• What the task requires: Repeat exactly, and only, the lines of the entries below from the one with "#122=FACE_BOUND('',#121,.T.);" through the one with "#163=CYLINDRICAL_SURFACE('',#157,1.5);", both ends included.

Collected data entries:
[Start of section]
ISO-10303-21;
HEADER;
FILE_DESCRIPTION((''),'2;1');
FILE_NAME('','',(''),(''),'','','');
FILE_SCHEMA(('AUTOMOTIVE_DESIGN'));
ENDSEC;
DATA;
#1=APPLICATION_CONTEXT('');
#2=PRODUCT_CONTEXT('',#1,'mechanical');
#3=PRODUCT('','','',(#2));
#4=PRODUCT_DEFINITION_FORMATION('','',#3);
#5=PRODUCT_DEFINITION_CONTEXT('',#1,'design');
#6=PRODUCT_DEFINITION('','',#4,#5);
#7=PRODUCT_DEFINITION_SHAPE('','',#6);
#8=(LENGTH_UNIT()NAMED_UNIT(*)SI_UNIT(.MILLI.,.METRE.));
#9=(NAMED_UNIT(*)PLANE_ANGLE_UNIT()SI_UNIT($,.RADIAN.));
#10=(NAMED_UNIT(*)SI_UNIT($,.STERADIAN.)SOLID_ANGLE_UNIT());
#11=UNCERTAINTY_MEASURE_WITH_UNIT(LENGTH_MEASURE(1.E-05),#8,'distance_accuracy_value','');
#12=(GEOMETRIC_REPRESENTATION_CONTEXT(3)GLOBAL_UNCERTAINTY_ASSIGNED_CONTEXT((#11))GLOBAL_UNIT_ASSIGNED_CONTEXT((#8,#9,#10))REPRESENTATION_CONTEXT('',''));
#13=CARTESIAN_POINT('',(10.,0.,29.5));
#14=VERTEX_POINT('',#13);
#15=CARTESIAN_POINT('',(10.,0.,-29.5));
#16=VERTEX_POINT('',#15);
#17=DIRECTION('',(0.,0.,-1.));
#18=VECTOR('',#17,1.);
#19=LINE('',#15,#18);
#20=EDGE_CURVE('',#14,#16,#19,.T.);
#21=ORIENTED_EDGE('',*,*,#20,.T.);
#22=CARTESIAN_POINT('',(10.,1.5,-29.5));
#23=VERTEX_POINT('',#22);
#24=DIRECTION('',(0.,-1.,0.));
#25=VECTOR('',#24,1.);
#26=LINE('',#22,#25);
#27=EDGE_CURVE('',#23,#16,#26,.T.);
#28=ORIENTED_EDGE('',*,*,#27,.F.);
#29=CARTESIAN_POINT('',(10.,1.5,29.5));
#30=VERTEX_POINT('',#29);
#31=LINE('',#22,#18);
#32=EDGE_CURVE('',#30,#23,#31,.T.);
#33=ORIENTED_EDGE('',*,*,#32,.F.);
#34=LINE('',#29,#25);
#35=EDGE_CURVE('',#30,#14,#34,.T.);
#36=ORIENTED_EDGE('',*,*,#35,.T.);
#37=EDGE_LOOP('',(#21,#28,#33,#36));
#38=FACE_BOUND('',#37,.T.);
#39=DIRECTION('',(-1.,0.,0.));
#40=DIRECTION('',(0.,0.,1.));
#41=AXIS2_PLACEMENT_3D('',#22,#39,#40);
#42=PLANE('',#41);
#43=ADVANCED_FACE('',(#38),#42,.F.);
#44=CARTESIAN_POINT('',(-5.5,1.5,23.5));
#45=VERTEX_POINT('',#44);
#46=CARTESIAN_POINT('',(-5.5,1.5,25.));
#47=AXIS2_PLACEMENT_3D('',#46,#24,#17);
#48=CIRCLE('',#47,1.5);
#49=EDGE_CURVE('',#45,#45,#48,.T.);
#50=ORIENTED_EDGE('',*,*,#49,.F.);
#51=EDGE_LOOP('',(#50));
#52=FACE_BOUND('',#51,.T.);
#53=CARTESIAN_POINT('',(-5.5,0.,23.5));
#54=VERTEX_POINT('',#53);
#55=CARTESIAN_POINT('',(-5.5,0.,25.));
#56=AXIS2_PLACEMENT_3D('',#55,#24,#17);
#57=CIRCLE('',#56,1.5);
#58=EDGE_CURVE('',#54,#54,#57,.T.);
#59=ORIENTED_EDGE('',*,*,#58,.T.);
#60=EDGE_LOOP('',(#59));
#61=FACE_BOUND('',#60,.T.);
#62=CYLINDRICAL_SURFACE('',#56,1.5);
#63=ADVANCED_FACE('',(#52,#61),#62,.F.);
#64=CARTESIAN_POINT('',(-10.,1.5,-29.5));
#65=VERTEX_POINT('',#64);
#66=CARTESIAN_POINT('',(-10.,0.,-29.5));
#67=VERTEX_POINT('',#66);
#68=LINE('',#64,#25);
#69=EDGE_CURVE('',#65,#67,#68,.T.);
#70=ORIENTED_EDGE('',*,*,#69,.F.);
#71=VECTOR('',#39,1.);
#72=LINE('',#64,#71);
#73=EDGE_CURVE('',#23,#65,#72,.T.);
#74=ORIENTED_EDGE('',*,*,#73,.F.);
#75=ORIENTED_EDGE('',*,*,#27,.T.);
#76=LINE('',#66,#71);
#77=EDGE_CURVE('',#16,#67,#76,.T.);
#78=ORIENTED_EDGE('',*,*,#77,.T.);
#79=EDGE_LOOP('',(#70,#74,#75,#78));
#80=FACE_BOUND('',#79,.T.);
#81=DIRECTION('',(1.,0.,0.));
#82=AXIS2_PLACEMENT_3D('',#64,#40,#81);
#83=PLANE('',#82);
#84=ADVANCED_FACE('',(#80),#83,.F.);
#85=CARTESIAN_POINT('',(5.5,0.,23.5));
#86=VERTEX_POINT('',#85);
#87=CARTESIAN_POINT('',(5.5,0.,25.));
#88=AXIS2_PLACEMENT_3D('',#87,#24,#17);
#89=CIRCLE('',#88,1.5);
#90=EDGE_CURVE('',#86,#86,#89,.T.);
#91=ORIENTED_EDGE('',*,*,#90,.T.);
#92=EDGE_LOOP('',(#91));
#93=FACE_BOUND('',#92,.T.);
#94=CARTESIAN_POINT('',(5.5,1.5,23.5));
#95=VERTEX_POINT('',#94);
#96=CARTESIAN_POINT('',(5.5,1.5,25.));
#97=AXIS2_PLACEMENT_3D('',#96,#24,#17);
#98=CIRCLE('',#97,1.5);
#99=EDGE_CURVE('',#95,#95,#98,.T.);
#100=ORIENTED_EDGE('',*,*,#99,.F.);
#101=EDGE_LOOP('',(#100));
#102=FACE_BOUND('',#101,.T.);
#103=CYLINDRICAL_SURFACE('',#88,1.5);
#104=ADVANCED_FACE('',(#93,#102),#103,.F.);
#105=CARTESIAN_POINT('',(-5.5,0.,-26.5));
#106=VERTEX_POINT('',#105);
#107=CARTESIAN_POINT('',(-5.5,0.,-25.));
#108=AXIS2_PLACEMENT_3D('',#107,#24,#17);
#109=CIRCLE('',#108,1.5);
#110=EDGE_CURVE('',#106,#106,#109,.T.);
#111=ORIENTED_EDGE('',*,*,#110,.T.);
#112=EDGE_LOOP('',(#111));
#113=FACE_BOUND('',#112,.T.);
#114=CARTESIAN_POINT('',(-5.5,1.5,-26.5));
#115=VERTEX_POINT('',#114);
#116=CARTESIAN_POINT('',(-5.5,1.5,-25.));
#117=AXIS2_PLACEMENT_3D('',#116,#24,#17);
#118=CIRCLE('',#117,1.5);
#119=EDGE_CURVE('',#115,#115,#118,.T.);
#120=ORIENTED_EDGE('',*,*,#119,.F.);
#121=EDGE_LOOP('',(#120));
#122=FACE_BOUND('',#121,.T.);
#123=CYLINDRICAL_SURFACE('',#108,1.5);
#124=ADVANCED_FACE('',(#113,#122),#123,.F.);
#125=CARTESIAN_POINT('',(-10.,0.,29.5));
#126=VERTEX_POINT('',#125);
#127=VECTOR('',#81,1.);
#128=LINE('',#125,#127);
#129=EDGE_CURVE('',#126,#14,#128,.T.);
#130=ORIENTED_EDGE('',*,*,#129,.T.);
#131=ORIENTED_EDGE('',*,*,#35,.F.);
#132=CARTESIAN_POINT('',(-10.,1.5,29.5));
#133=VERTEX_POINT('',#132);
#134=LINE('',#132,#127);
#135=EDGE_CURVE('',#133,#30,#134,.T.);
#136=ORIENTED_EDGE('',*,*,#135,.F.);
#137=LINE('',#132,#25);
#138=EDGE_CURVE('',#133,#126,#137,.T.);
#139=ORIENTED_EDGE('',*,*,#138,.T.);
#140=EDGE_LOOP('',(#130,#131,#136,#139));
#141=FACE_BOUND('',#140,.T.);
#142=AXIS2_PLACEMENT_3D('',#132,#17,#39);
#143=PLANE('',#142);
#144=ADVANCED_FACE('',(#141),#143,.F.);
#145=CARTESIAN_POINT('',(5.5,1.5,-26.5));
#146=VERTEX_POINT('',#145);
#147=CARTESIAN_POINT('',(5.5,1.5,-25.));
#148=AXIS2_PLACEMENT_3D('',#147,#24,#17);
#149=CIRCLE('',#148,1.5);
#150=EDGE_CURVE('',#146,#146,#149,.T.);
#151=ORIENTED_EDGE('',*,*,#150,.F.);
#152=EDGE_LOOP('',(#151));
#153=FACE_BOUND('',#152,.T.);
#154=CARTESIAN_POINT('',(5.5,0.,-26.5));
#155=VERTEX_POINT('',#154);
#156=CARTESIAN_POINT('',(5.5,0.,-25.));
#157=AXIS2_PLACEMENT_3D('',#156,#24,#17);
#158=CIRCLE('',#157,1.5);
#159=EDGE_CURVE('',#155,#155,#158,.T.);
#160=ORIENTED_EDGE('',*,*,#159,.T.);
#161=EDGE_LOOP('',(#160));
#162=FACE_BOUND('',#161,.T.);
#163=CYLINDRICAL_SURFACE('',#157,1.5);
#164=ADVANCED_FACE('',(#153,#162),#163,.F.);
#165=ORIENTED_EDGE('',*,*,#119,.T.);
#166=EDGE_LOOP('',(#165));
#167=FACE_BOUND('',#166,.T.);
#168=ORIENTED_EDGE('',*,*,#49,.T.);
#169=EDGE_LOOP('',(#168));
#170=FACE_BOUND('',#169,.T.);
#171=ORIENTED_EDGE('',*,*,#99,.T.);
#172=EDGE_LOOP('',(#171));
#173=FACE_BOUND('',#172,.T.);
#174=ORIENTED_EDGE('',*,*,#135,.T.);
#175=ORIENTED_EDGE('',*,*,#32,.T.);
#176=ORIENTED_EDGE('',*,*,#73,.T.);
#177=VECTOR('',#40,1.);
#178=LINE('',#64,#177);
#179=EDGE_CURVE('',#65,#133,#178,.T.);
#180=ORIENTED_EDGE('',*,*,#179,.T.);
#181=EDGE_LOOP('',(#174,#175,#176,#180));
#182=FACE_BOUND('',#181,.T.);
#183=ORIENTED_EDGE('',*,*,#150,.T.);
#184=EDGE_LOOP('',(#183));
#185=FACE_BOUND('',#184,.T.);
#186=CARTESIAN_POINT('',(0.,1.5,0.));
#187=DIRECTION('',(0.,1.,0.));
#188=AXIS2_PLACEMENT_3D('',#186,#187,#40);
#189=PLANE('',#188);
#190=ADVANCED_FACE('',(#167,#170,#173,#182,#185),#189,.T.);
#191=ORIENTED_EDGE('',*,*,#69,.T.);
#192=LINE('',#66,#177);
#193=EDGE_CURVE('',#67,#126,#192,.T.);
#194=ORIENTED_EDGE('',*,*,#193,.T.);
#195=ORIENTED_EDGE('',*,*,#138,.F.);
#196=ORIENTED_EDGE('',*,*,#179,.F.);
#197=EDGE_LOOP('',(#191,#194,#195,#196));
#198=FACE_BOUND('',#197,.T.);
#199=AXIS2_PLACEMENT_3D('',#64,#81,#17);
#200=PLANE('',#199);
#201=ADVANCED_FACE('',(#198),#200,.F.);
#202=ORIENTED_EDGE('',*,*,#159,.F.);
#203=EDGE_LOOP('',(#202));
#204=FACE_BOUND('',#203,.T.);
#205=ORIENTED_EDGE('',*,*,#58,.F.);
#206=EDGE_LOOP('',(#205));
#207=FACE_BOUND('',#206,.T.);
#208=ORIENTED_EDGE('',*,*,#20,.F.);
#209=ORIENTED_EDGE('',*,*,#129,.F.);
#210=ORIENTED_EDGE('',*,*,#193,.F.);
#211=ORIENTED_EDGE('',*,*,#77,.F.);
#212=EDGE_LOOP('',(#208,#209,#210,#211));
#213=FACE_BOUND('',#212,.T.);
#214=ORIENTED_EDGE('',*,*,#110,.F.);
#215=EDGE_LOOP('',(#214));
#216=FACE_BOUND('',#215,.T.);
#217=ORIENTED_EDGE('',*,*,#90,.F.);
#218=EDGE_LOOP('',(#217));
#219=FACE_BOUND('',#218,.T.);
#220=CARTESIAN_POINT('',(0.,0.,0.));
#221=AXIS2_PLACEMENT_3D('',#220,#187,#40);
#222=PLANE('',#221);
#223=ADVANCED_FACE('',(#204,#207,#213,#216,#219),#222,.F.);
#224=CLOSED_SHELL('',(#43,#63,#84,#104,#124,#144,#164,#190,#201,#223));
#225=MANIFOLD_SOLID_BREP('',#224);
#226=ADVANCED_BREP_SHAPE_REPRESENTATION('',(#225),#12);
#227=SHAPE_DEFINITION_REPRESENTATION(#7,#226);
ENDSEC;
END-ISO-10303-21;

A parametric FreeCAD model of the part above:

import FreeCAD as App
import Part
import Sketcher
from FreeCAD import Vector

doc = App.newDocument("Part")
body = doc.addObject("PartDesign::Body", "Body")

# Sketch on XZ plane
sketch1 = body.newObject("Sketcher::SketchObject", "Sketch")
sketch1.AttachmentSupport = (doc.getObject("XZ_Plane"), [""])
sketch1.MapMode = "FlatFace"
sketch1.addGeometry(Part.LineSegment(Vector(-10, -30, 0), Vector(-10, 30, 0)), False)
sketch1.addGeometry(Part.LineSegment(Vector(-10, 30, 0), Vector(10, 30, 0)), False)
sketch1.addGeometry(Part.LineSegment(Vector(10, 30, 0), Vector(10, -30, 0)), False)
sketch1.addGeometry(Part.LineSegment(Vector(10, -30, 0), Vector(-10, -30, 0)), False)
sketch1.addConstraint(Sketcher.Constraint("Coincident", 0, 2, 1, 1))
sketch1.addConstraint(Sketcher.Constraint("Coincident", 1, 2, 2, 1))
sketch1.addConstraint(Sketcher.Constraint("Coincident", 2, 2, 3, 1))
sketch1.addConstraint(Sketcher.Constraint("Coincident", 3, 2, 0, 1))
sketch1.addConstraint(Sketcher.Constraint("Vertical", 0))
sketch1.addConstraint(Sketcher.Constraint("Horizontal", 1))
sketch1.addConstraint(Sketcher.Constraint("Vertical", 2))
sketch1.addConstraint(Sketcher.Constraint("Horizontal", 3))
sketch1.addConstraint(Sketcher.Constraint("Symmetric", 0, 2, 2, 2, -1, 1))
sketch1.addConstraint(Sketcher.Constraint("DistanceX", 1, 1, 1, 2, 20.0))
sketch1.addConstraint(Sketcher.Constraint("DistanceY", 0, 1, 0, 2, 59.0))
pad1 = body.newObject("PartDesign::Pad", "Pad")
pad1.Profile = sketch1
pad1.Length = 1.5
pad1.Reversed = True

# Sketch on XZ plane
sketch2 = body.newObject("Sketcher::SketchObject", "Sketch001")
sketch2.AttachmentSupport = (doc.getObject("XZ_Plane"), [""])
sketch2.MapMode = "FlatFace"
sketch2.addGeometry(Part.Circle(Vector(-5.5, 25, 0), Vector(0, 0, 1), 1.5), False)
sketch2.addGeometry(Part.Circle(Vector(5.5, 25, 0), Vector(0, 0, 1), 1.5), False)
sketch2.addGeometry(Part.Circle(Vector(-5.5, -25, 0), Vector(0, 0, 1), 1.5), False)
sketch2.addGeometry(Part.Circle(Vector(5.5, -25, 0), Vector(0, 0, 1), 1.5), False)
sketch2.addConstraint(Sketcher.Constraint("Equal", 0, 1))
sketch2.addConstraint(Sketcher.Constraint("Equal", 1, 2))
sketch2.addConstraint(Sketcher.Constraint("Equal", 2, 3))
sketch2.addConstraint(Sketcher.Constraint("Symmetric", 1, 3, 2, 3, -1, 1))
sketch2.addConstraint(Sketcher.Constraint("Symmetric", 0, 3, 3, 3, -1, 1))
sketch2.addConstraint(Sketcher.Constraint("Symmetric", 0, 3, 1, 3, -2))
sketch2.addConstraint(Sketcher.Constraint("Diameter", 0, 3.0))
sketch2.addConstraint(Sketcher.Constraint("DistanceY", -1, 1, 0, 3, 25.0))
sketch2.addConstraint(Sketcher.Constraint("DistanceX", 0, 3, 1, 3, 11.0))
doc.recompute()
hole = body.newObject("PartDesign::Hole", "Hole")
hole.Profile = sketch2
hole.ThreadType = "None"
hole.Diameter = 3
hole.DepthType = "ThroughAll"

doc.recompute()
[End of section]
• Written solution:
#122=FACE_BOUND('',#121,.T.);
#123=CYLINDRICAL_SURFACE('',#108,1.5);
#124=ADVANCED_FACE('',(#113,#122),#123,.F.);
#125=CARTESIAN_POINT('',(-10.,0.,29.5));
#126=VERTEX_POINT('',#125);
#127=VECTOR('',#81,1.);
#128=LINE('',#125,#127);
#129=EDGE_CURVE('',#126,#14,#128,.T.);
#130=ORIENTED_EDGE('',*,*,#129,.T.);
#131=ORIENTED_EDGE('',*,*,#35,.F.);
#132=CARTESIAN_POINT('',(-10.,1.5,29.5));
#133=VERTEX_POINT('',#132);
#134=LINE('',#132,#127);
#135=EDGE_CURVE('',#133,#30,#134,.T.);
#136=ORIENTED_EDGE('',*,*,#135,.F.);
#137=LINE('',#132,#25);
#138=EDGE_CURVE('',#133,#126,#137,.T.);
#139=ORIENTED_EDGE('',*,*,#138,.T.);
#140=EDGE_LOOP('',(#130,#131,#136,#139));
#141=FACE_BOUND('',#140,.T.);
#142=AXIS2_PLACEMENT_3D('',#132,#17,#39);
#143=PLANE('',#142);
#144=ADVANCED_FACE('',(#141),#143,.F.);
#145=CARTESIAN_POINT('',(5.5,1.5,-26.5));
#146=VERTEX_POINT('',#145);
#147=CARTESIAN_POINT('',(5.5,1.5,-25.));
#148=AXIS2_PLACEMENT_3D('',#147,#24,#17);
#149=CIRCLE('',#148,1.5);
#150=EDGE_CURVE('',#146,#146,#149,.T.);
#151=ORIENTED_EDGE('',*,*,#150,.F.);
#152=EDGE_LOOP('',(#151));
#153=FACE_BOUND('',#152,.T.);
#154=CARTESIAN_POINT('',(5.5,0.,-26.5));
#155=VERTEX_POINT('',#154);
#156=CARTESIAN_POINT('',(5.5,0.,-25.));
#157=AXIS2_PLACEMENT_3D('',#156,#24,#17);
#158=CIRCLE('',#157,1.5);
#159=EDGE_CURVE('',#155,#155,#158,.T.);
#160=ORIENTED_EDGE('',*,*,#159,.T.);
#161=EDGE_LOOP('',(#160));
#162=FACE_BOUND('',#161,.T.);
#163=CYLINDRICAL_SURFACE('',#157,1.5);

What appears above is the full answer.